Source data -
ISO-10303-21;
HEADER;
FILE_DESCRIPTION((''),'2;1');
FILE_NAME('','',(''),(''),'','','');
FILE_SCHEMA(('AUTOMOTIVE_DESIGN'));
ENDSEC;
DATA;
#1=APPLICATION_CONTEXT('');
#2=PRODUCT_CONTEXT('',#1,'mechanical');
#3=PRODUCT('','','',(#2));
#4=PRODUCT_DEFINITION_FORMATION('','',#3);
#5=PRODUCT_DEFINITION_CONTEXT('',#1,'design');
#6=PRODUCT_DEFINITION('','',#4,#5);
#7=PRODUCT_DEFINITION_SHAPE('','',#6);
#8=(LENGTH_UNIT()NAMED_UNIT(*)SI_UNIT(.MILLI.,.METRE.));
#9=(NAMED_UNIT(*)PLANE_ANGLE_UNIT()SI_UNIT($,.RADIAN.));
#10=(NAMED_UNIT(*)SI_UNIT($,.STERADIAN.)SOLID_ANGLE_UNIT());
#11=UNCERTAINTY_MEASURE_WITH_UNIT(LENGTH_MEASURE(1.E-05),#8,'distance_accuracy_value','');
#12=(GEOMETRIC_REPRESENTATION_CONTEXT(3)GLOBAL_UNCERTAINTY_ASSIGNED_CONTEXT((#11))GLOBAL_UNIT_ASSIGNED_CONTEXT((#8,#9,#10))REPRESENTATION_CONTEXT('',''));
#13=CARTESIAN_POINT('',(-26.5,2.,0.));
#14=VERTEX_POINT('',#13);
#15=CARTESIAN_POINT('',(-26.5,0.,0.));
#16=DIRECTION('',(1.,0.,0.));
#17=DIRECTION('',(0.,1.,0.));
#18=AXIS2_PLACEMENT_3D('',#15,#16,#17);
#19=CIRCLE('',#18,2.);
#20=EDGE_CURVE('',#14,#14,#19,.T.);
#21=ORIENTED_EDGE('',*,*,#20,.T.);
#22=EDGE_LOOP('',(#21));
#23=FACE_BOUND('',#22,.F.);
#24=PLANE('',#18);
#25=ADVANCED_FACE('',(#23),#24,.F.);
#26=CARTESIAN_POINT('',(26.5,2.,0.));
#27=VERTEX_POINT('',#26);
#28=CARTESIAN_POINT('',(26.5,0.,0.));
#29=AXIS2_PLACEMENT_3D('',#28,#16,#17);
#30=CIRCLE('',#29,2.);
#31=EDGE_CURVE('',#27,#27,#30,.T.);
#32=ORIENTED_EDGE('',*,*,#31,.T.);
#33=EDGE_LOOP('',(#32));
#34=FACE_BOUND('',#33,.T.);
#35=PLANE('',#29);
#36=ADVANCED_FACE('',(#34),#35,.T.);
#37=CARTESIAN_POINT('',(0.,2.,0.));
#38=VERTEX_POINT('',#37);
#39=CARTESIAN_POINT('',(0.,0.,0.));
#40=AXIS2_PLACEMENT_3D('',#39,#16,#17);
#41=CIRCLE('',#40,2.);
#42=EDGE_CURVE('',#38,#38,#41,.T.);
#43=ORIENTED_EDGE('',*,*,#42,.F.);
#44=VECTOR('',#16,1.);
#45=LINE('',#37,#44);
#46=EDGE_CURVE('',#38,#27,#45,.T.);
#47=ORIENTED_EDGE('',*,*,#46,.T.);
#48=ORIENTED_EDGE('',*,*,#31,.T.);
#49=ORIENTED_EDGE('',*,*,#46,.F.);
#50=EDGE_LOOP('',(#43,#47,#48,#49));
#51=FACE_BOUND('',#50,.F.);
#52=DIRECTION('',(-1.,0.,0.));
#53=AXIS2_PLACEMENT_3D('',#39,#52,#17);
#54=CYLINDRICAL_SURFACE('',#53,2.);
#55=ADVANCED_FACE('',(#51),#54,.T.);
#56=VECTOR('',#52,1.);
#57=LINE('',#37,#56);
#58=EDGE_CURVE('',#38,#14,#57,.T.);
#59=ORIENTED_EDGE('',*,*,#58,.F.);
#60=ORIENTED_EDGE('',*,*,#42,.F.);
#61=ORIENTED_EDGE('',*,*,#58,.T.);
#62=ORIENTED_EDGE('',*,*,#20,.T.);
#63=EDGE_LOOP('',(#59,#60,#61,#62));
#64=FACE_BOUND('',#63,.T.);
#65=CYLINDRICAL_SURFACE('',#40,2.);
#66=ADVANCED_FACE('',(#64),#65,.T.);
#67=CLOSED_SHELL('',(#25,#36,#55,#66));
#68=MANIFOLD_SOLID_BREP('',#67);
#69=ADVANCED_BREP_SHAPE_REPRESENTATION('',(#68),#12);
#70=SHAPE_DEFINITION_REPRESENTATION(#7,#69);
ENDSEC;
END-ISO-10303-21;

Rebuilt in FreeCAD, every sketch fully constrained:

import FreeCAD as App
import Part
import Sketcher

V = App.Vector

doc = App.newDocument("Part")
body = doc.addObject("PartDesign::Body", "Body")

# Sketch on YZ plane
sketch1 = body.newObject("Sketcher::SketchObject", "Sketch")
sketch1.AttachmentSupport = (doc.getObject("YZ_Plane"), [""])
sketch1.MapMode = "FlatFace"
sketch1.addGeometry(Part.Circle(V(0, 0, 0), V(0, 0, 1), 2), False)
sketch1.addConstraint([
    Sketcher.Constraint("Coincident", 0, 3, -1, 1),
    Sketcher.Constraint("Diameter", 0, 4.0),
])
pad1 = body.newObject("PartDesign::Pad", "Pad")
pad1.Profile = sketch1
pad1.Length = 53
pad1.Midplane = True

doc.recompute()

What is required - Restate the material word for word, leaving nothing out.

Exercise result -
ISO-10303-21;
HEADER;
FILE_DESCRIPTION((''),'2;1');
FILE_NAME('','',(''),(''),'','','');
FILE_SCHEMA(('AUTOMOTIVE_DESIGN'));
ENDSEC;
DATA;
#1=APPLICATION_CONTEXT('');
#2=PRODUCT_CONTEXT('',#1,'mechanical');
#3=PRODUCT('','','',(#2));
#4=PRODUCT_DEFINITION_FORMATION('','',#3);
#5=PRODUCT_DEFINITION_CONTEXT('',#1,'design');
#6=PRODUCT_DEFINITION('','',#4,#5);
#7=PRODUCT_DEFINITION_SHAPE('','',#6);
#8=(LENGTH_UNIT()NAMED_UNIT(*)SI_UNIT(.MILLI.,.METRE.));
#9=(NAMED_UNIT(*)PLANE_ANGLE_UNIT()SI_UNIT($,.RADIAN.));
#10=(NAMED_UNIT(*)SI_UNIT($,.STERADIAN.)SOLID_ANGLE_UNIT());
#11=UNCERTAINTY_MEASURE_WITH_UNIT(LENGTH_MEASURE(1.E-05),#8,'distance_accuracy_value','');
#12=(GEOMETRIC_REPRESENTATION_CONTEXT(3)GLOBAL_UNCERTAINTY_ASSIGNED_CONTEXT((#11))GLOBAL_UNIT_ASSIGNED_CONTEXT((#8,#9,#10))REPRESENTATION_CONTEXT('',''));
#13=CARTESIAN_POINT('',(-26.5,2.,0.));
#14=VERTEX_POINT('',#13);
#15=CARTESIAN_POINT('',(-26.5,0.,0.));
#16=DIRECTION('',(1.,0.,0.));
#17=DIRECTION('',(0.,1.,0.));
#18=AXIS2_PLACEMENT_3D('',#15,#16,#17);
#19=CIRCLE('',#18,2.);
#20=EDGE_CURVE('',#14,#14,#19,.T.);
#21=ORIENTED_EDGE('',*,*,#20,.T.);
#22=EDGE_LOOP('',(#21));
#23=FACE_BOUND('',#22,.F.);
#24=PLANE('',#18);
#25=ADVANCED_FACE('',(#23),#24,.F.);
#26=CARTESIAN_POINT('',(26.5,2.,0.));
#27=VERTEX_POINT('',#26);
#28=CARTESIAN_POINT('',(26.5,0.,0.));
#29=AXIS2_PLACEMENT_3D('',#28,#16,#17);
#30=CIRCLE('',#29,2.);
#31=EDGE_CURVE('',#27,#27,#30,.T.);
#32=ORIENTED_EDGE('',*,*,#31,.T.);
#33=EDGE_LOOP('',(#32));
#34=FACE_BOUND('',#33,.T.);
#35=PLANE('',#29);
#36=ADVANCED_FACE('',(#34),#35,.T.);
#37=CARTESIAN_POINT('',(0.,2.,0.));
#38=VERTEX_POINT('',#37);
#39=CARTESIAN_POINT('',(0.,0.,0.));
#40=AXIS2_PLACEMENT_3D('',#39,#16,#17);
#41=CIRCLE('',#40,2.);
#42=EDGE_CURVE('',#38,#38,#41,.T.);
#43=ORIENTED_EDGE('',*,*,#42,.F.);
#44=VECTOR('',#16,1.);
#45=LINE('',#37,#44);
#46=EDGE_CURVE('',#38,#27,#45,.T.);
#47=ORIENTED_EDGE('',*,*,#46,.T.);
#48=ORIENTED_EDGE('',*,*,#31,.T.);
#49=ORIENTED_EDGE('',*,*,#46,.F.);
#50=EDGE_LOOP('',(#43,#47,#48,#49));
#51=FACE_BOUND('',#50,.F.);
#52=DIRECTION('',(-1.,0.,0.));
#53=AXIS2_PLACEMENT_3D('',#39,#52,#17);
#54=CYLINDRICAL_SURFACE('',#53,2.);
#55=ADVANCED_FACE('',(#51),#54,.T.);
#56=VECTOR('',#52,1.);
#57=LINE('',#37,#56);
#58=EDGE_CURVE('',#38,#14,#57,.T.);
#59=ORIENTED_EDGE('',*,*,#58,.F.);
#60=ORIENTED_EDGE('',*,*,#42,.F.);
#61=ORIENTED_EDGE('',*,*,#58,.T.);
#62=ORIENTED_EDGE('',*,*,#20,.T.);
#63=EDGE_LOOP('',(#59,#60,#61,#62));
#64=FACE_BOUND('',#63,.T.);
#65=CYLINDRICAL_SURFACE('',#40,2.);
#66=ADVANCED_FACE('',(#64),#65,.T.);
#67=CLOSED_SHELL('',(#25,#36,#55,#66));
#68=MANIFOLD_SOLID_BREP('',#67);
#69=ADVANCED_BREP_SHAPE_REPRESENTATION('',(#68),#12);
#70=SHAPE_DEFINITION_REPRESENTATION(#7,#69);
ENDSEC;
END-ISO-10303-21;

Rebuilt in FreeCAD, every sketch fully constrained:

import FreeCAD as App
import Part
import Sketcher

V = App.Vector

doc = App.newDocument("Part")
body = doc.addObject("PartDesign::Body", "Body")

# Sketch on YZ plane
sketch1 = body.newObject("Sketcher::SketchObject", "Sketch")
sketch1.AttachmentSupport = (doc.getObject("YZ_Plane"), [""])
sketch1.MapMode = "FlatFace"
sketch1.addGeometry(Part.Circle(V(0, 0, 0), V(0, 0, 1), 2), False)
sketch1.addConstraint([
    Sketcher.Constraint("Coincident", 0, 3, -1, 1),
    Sketcher.Constraint("Diameter", 0, 4.0),
])
pad1 = body.newObject("PartDesign::Pad", "Pad")
pad1.Profile = sketch1
pad1.Length = 53
pad1.Midplane = True

doc.recompute()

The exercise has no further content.